… I’ve not stopped blogging! I’ve just been really swamped and having my intellectual batteries recharged.
Frankly, I’ll admit they were feeling flat, but I got some really juicy posts I’m mulling over. In the mean time I’m just trying to catch up on life – it’s been an exciting 7 days. Here’s a list of what I’ve seen/been up to with lots of links to great people and wonderful orgs. Feast on the great people to great things in the world – I know I have!
I spent the weekend at FooCamp – a gathering of the Friends of O’Reilly – where I hosted sessions on “Why is there no Open Data in Open Source communities?” with old friend and Wikimedia Metrics lead Diederik Van Liere, “The End of the World: Will the Internet kill the State or Will the State Kill the Internet” with Vivek Kundra and then “How to Negotiate with Someone and Stay Friends” on my own. All the sessions had amazing participants but, of course, the real renewal came from other peoples’ sessions and the great conversations that happened all over.
From there it was a red eye flight from SFO -> JFK and taxi straight to the Personal Democracy Forum. If you’ve never been to PDF I highly, highly recommend it. Great speakers on the dangers and opportunities that arise around the intersection between technology and politics. Van Jones, Susan Crawford, Todd Park, Cheryl Contee, Masha Gessen and many others gave great talks.

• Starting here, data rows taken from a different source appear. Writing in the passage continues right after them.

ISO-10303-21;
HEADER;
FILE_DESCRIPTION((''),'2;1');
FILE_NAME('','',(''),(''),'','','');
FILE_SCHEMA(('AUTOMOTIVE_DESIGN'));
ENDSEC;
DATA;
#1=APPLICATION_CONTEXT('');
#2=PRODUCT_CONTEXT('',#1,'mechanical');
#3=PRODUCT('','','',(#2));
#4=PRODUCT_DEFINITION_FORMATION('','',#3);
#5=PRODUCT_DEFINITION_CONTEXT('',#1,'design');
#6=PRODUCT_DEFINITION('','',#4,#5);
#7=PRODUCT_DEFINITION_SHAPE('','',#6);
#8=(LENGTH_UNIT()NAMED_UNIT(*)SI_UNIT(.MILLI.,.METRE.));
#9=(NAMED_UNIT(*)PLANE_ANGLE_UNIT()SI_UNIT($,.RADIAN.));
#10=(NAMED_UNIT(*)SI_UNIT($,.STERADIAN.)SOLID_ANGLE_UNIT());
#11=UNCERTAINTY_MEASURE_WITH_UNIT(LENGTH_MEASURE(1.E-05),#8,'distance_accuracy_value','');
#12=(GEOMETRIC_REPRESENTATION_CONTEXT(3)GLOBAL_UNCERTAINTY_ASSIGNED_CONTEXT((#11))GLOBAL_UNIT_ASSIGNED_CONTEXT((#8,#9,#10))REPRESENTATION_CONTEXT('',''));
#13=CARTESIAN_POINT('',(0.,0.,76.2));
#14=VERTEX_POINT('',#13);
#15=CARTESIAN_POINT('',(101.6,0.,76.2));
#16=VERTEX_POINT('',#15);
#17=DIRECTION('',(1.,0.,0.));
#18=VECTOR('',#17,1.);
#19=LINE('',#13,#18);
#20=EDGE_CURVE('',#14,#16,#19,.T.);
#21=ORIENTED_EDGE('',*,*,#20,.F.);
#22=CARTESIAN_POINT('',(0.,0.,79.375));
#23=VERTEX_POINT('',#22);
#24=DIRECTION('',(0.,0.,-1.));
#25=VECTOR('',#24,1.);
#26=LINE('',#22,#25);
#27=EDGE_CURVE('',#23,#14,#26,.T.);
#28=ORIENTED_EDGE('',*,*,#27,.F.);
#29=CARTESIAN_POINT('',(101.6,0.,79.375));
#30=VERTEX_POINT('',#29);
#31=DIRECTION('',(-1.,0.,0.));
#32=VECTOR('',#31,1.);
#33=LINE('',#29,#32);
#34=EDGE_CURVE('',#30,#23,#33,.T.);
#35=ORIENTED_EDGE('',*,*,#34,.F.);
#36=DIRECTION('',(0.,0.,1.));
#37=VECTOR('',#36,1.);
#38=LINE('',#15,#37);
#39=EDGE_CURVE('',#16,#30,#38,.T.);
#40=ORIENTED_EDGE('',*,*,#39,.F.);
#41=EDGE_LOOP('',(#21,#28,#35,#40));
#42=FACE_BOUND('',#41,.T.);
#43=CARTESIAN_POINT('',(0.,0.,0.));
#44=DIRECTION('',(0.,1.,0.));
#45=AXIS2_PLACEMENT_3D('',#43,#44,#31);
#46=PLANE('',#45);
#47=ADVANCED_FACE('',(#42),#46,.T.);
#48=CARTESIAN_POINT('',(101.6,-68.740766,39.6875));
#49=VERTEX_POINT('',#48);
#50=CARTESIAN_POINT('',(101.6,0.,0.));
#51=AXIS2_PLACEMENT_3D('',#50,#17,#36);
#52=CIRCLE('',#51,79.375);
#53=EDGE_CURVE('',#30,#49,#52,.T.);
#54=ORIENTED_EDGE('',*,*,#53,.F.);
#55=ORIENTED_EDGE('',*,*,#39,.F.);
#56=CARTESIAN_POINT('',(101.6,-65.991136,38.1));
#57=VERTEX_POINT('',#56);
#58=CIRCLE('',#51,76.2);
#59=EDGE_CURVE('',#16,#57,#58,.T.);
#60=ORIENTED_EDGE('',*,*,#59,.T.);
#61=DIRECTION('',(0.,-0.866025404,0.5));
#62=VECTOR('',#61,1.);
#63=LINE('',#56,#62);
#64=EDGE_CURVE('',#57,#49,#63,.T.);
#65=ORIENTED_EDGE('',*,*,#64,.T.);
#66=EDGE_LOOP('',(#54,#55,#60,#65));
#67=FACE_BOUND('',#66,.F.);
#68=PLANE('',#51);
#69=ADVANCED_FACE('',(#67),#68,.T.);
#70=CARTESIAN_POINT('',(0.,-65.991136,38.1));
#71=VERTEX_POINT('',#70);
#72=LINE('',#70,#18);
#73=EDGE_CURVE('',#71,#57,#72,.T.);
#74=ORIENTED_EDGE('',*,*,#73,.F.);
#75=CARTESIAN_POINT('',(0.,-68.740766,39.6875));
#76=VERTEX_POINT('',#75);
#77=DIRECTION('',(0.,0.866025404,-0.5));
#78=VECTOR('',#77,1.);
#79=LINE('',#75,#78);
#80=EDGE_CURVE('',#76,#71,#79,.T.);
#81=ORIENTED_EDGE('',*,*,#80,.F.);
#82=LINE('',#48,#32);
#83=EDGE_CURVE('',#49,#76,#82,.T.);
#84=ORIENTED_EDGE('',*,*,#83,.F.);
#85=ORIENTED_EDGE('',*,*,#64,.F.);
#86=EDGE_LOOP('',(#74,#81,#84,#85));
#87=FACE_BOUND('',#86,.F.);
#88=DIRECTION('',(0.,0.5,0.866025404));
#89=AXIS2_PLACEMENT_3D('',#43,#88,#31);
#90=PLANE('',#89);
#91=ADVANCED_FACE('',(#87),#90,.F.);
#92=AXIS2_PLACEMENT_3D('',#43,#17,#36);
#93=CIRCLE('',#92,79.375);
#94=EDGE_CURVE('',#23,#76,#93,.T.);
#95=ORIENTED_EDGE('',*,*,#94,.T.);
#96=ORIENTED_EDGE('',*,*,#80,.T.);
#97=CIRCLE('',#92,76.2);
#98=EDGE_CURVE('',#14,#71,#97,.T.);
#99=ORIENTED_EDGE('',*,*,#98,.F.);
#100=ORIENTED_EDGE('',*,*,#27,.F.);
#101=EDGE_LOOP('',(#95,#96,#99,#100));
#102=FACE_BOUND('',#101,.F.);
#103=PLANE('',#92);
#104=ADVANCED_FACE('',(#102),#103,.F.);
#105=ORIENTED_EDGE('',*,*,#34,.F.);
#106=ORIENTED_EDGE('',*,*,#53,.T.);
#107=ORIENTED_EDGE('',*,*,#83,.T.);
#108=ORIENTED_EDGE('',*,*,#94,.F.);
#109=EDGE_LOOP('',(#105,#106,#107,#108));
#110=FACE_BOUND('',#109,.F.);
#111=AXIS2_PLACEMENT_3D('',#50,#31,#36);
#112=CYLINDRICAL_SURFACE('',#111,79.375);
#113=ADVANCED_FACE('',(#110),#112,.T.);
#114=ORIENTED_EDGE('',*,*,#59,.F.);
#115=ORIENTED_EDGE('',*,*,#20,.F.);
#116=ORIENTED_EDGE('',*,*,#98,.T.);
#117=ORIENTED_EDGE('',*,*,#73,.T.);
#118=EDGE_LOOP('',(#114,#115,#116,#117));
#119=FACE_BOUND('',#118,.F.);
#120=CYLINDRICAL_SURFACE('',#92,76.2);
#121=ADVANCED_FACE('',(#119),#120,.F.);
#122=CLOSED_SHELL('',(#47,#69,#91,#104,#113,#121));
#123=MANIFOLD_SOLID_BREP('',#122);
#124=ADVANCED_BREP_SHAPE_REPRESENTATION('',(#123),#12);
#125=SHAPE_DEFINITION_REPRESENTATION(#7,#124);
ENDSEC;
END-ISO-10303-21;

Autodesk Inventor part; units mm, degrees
ref_plane "YZ Plane" through (0, 0, 0) normal (1, 0, 0) x (0, 1, 0)
ref_plane "XZ Plane" through (0, 0, 0) normal (0, 1, 0) x (-1, 0, 0)
ref_plane "XY Plane" through (0, 0, 0) normal (0, 0, 1) x (1, 0, 0)
sketch "Sketch1" plane through (0, 0, 0) normal (0, 1, 0) x (-1, 0, 0)
  line L0 (0, 0) -> (-23.9325, 0)
  line L1 (0, 76.2) -> (-101.6, 76.2)
  line L2 (-101.6, 76.2) -> (-101.6, 79.375)
  line L3 (-101.6, 79.375) -> (0, 79.375)
  line L4 (0, 79.375) -> (0, 76.2)
  dimension "d0" = 101.6
  dimension "d1" = 3.175
  dimension "d2" = 76.2
revolve "Revolution1" add sketch "Sketch1" angle 60 about axis through (0, 0, 0) along (1, 0, 0)
properties part number "CollectorSweeperBacking"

Thanks to the generous support of the Omidyar Network I also moderated a panel on the Open Government Partnership (OGP) with Juan Pardinas from the Mexican Institute for Competitiveness, Marko Rakar a Croatian OGP committee member, John Wonderlich from the Sunlight Foundation, and Caroline Mauldin from the State Department. The conversation balanced opportunity with criticism and, we had great comments from audience members like Anne-Marie Slaughter, and most interestingly, the room was packed. I thought a topic as technical as the OGP would only gather a small audience, but could not have been so wrong. Finally, Mozilla had an interesting sessions with Beth Novak, Clay Shirky and Mark Surman on teaching hacking as a way of building citizenship skills.
Following PDF on Monday and Tuesday I headed over to the Council on Foreign Relations on Wednesday to give a small luncheon talk and do a panel with Warren Krafchik of the International Budget Partnership. Title: Innovations for Open Government: Can Transparency Promote Accountability, Equity, and Economic Inclusion? the speedy team at the council has already posted an audio recording which you can listen to here. Very grateful to Terra Lawson-Remer for inviting me to come speak and for the engaging audience who prompted Warren and I with great questions.
And, in the midst of all this, I’ve been joined in New York by my wonderful partner and our cute little son which of course, means that I’m being more father than blogger at the moment.
But, as I mentioned above all of this has gotten me renewed on a lot of different questions so am looking forward to blogging about all of this in the near future. I apologize for the scarceness of blog posts of late. Trust me, it won’t last long!